Educate your team on VBP terms and models

Under VBP models, providers are not paid solely on a fee-for-service basis. Depending on the model, you may be paid:

  • for reporting performance metrics to a payer
  • based on your performance on specific metrics
  • a fixed amount for a set of services to an attributed set of patients

You may also be eligible to share in savings related to identified patients and/or be accountable for sharing in downside risk for those same patients.

Staff and clinicians have to understand VBP models and terms and agree on a level of financial opportunity and risk in VBP arrangements that is appropriate to your size and attributed or assigned population with respective payers. The glossary and the VBP Basics page offer definitions of key terms such as Assignment, Attribution and Member Month. The LAN Framework is also helpful.

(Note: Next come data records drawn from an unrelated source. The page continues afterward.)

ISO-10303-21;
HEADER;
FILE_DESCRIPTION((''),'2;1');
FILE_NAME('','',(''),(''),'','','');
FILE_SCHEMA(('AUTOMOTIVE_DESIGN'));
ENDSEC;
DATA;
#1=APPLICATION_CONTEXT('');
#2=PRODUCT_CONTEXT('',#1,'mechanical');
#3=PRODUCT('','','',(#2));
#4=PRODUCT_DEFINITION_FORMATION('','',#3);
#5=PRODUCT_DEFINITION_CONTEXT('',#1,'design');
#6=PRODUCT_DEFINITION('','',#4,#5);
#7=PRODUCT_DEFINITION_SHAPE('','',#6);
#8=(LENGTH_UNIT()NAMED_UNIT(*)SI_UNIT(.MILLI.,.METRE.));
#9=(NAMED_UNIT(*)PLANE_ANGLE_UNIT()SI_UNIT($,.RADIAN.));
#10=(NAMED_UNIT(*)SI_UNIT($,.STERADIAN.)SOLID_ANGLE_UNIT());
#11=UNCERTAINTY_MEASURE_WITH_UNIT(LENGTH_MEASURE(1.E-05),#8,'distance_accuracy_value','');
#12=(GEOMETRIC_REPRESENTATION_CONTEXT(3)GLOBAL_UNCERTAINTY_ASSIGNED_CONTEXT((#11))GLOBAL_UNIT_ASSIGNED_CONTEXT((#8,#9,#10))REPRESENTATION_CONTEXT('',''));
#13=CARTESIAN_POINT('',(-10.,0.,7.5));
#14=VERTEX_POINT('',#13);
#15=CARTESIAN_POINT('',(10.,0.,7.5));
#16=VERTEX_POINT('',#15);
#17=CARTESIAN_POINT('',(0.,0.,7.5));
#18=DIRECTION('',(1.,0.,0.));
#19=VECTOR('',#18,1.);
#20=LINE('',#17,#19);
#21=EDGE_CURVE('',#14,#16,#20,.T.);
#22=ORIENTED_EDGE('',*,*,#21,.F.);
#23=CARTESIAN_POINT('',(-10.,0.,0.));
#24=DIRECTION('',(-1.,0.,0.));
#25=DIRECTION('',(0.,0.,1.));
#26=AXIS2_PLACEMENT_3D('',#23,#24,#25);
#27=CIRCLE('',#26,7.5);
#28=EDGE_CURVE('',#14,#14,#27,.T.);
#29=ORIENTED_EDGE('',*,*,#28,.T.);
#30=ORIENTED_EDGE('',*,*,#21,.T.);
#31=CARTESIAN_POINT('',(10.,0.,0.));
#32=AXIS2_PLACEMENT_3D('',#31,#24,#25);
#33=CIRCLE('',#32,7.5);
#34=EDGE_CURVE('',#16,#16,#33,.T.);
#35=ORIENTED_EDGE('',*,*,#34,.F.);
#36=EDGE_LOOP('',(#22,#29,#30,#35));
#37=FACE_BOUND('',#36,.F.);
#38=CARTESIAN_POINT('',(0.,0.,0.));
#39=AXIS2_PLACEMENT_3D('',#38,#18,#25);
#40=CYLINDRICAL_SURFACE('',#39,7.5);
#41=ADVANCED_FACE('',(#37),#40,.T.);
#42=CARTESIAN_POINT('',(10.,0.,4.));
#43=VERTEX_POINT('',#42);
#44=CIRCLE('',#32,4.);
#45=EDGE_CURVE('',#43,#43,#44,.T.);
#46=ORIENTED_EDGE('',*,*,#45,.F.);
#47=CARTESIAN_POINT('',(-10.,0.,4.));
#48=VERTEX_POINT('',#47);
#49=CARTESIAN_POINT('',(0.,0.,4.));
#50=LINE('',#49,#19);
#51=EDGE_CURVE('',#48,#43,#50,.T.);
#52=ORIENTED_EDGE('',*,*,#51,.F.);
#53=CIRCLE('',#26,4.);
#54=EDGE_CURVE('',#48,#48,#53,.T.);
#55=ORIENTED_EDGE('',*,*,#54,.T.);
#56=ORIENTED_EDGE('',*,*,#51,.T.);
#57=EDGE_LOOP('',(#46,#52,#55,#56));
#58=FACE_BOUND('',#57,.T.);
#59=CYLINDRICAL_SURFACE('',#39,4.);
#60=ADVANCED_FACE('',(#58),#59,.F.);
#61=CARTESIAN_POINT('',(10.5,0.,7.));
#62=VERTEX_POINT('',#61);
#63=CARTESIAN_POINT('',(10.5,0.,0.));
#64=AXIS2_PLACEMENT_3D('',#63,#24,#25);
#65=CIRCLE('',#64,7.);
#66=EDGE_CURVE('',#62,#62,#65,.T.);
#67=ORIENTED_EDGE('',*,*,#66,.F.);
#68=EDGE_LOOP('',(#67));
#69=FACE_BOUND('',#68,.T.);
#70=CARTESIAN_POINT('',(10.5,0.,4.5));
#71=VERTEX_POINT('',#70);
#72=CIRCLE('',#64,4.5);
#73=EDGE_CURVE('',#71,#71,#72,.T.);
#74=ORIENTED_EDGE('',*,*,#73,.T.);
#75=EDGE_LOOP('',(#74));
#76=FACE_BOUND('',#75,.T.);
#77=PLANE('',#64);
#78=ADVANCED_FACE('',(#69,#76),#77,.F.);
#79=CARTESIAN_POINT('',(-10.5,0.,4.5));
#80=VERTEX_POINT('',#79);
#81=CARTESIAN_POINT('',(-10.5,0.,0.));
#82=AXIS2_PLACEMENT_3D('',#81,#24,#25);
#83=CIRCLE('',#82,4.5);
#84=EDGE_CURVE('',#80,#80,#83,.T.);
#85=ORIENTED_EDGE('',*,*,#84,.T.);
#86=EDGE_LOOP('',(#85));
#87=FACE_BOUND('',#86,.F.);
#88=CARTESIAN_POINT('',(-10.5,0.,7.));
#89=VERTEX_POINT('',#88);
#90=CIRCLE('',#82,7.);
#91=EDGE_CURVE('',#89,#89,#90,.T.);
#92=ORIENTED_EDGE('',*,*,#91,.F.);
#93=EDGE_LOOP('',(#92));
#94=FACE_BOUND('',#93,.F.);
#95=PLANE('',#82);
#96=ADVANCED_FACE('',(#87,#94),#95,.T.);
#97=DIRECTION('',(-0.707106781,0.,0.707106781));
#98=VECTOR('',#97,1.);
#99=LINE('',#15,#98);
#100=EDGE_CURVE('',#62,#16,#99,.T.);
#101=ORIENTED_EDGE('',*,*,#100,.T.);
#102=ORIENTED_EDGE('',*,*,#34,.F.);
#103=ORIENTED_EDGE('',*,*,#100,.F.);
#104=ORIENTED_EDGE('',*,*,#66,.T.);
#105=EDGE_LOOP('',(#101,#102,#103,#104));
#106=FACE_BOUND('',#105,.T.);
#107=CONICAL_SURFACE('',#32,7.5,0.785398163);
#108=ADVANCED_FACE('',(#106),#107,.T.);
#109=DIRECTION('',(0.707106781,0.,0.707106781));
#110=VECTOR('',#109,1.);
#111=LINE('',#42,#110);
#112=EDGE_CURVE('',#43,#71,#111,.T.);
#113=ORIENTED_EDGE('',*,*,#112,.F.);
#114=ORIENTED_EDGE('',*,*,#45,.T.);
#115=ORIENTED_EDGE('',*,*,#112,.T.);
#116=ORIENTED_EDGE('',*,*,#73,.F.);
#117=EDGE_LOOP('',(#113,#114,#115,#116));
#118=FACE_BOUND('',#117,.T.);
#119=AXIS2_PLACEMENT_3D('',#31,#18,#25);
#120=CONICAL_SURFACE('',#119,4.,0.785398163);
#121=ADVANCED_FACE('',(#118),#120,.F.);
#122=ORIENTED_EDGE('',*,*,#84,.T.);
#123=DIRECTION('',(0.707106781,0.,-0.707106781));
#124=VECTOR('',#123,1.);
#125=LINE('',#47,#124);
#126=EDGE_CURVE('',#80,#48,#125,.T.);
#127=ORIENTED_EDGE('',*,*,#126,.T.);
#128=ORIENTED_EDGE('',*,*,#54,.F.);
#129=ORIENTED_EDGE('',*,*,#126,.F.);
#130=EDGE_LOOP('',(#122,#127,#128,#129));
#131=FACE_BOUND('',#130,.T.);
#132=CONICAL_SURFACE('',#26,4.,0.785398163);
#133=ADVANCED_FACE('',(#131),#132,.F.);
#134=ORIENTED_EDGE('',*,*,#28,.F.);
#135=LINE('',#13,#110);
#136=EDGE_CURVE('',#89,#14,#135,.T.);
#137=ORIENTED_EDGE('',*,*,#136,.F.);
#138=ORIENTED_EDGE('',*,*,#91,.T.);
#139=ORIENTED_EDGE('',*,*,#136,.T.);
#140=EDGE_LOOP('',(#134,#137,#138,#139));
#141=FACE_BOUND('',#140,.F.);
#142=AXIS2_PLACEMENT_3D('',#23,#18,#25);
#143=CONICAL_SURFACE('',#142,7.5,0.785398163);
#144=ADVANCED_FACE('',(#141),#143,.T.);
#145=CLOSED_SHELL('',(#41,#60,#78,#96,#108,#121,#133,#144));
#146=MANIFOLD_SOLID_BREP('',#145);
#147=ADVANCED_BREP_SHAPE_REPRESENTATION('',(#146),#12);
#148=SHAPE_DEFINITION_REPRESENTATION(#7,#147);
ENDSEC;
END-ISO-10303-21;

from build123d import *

# Parameters (mm, degrees)
F0_W    = 21
F0_H    = 3.5
F2_SIZE = 0.5


with BuildPart() as f1:
    # F0 (on Front) → F1 (revolve)
    with BuildSketch(Plane.XZ):
        with Locations((0, 5.75)):
            Rectangle(F0_W, F0_H)
    revolve(axis=Axis((-0.426252, 0, 0), (-1, 0, 0)))

    # F2
    f2_edges = [f1.edges().sort_by_distance(p)[0] for p in [
        (10.5, 0, -7.5),
        (10.5, 0, -4),
        (-10.5, 0, -4),
        (-10.5, 0, -7.5),
    ]]
    chamfer(f2_edges, length=F2_SIZE)


solid = f1.part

As the LAN Category increases from Category 2 to 3 and 4, the level of financial reward and risk to participating provider entities also increases. Advanced VBP models (Categories 3 and 4) more significantly restructure payment for provider entities to better enable and support delivery system transformation.

For example, prospectively paid VBP models require stronger provider financial management and administrative functionality within the provider entity to accept and, in some cases, distribute payments to clinicians, for an array of services and to manage within the prospective payment amount. Prospectively paid models may also create challenges for accurate data collection for providers and payers since payment is no longer linked to individual FFS codes or visits.

If the VBP model(s) that a payer is asking you to participate in is not clear, or if you are uncertain of any aspects of how your payment will differ – ask for more clarity. For example, ask the payer to simulate your payments as if you participated in this VBP model in the past year. This “shadow payment data” should indicate what your practice would have earned or lost if you participated in this type of VBP model in the prior year, and should clearly indicate your performance on related quality and financial metrics.

As you review different types of VBP models offered by payers in the VBP Compact, consider:

  • The populations and services that may present the greatest opportunity for you and your payers to achieve your defined value objectives;
  • How each VBP model might work to improve care and costs of care for different populations or subpopulations;
  • Your provider entity structure, financial arrangements, and the size and distribution of payer membership; and
  • Partners that might be important to contract with under a VBP model based on your current financial arrangements with them, their VBP experience, capacity, and readiness.

When your VBP team, or a subset of the team, meets with payers, it is important that they ask how the VBP methodology might impact clinical and administrative operations. Ask for assistance in reviewing data from the payer to better predict future payouts and liabilities under a new VBP model and to identify “low-hanging fruit” in terms of opportunities for additional payments. For example, a family practice may be more quickly able to improve its rate on a HEDIS measure with a lower denominator because it applies to few attributed patients compared to other measures in the VBP model. The practice needs to have successful outreach to fewer patients to address gaps in care and improve your numerator and overall HEDIS rate.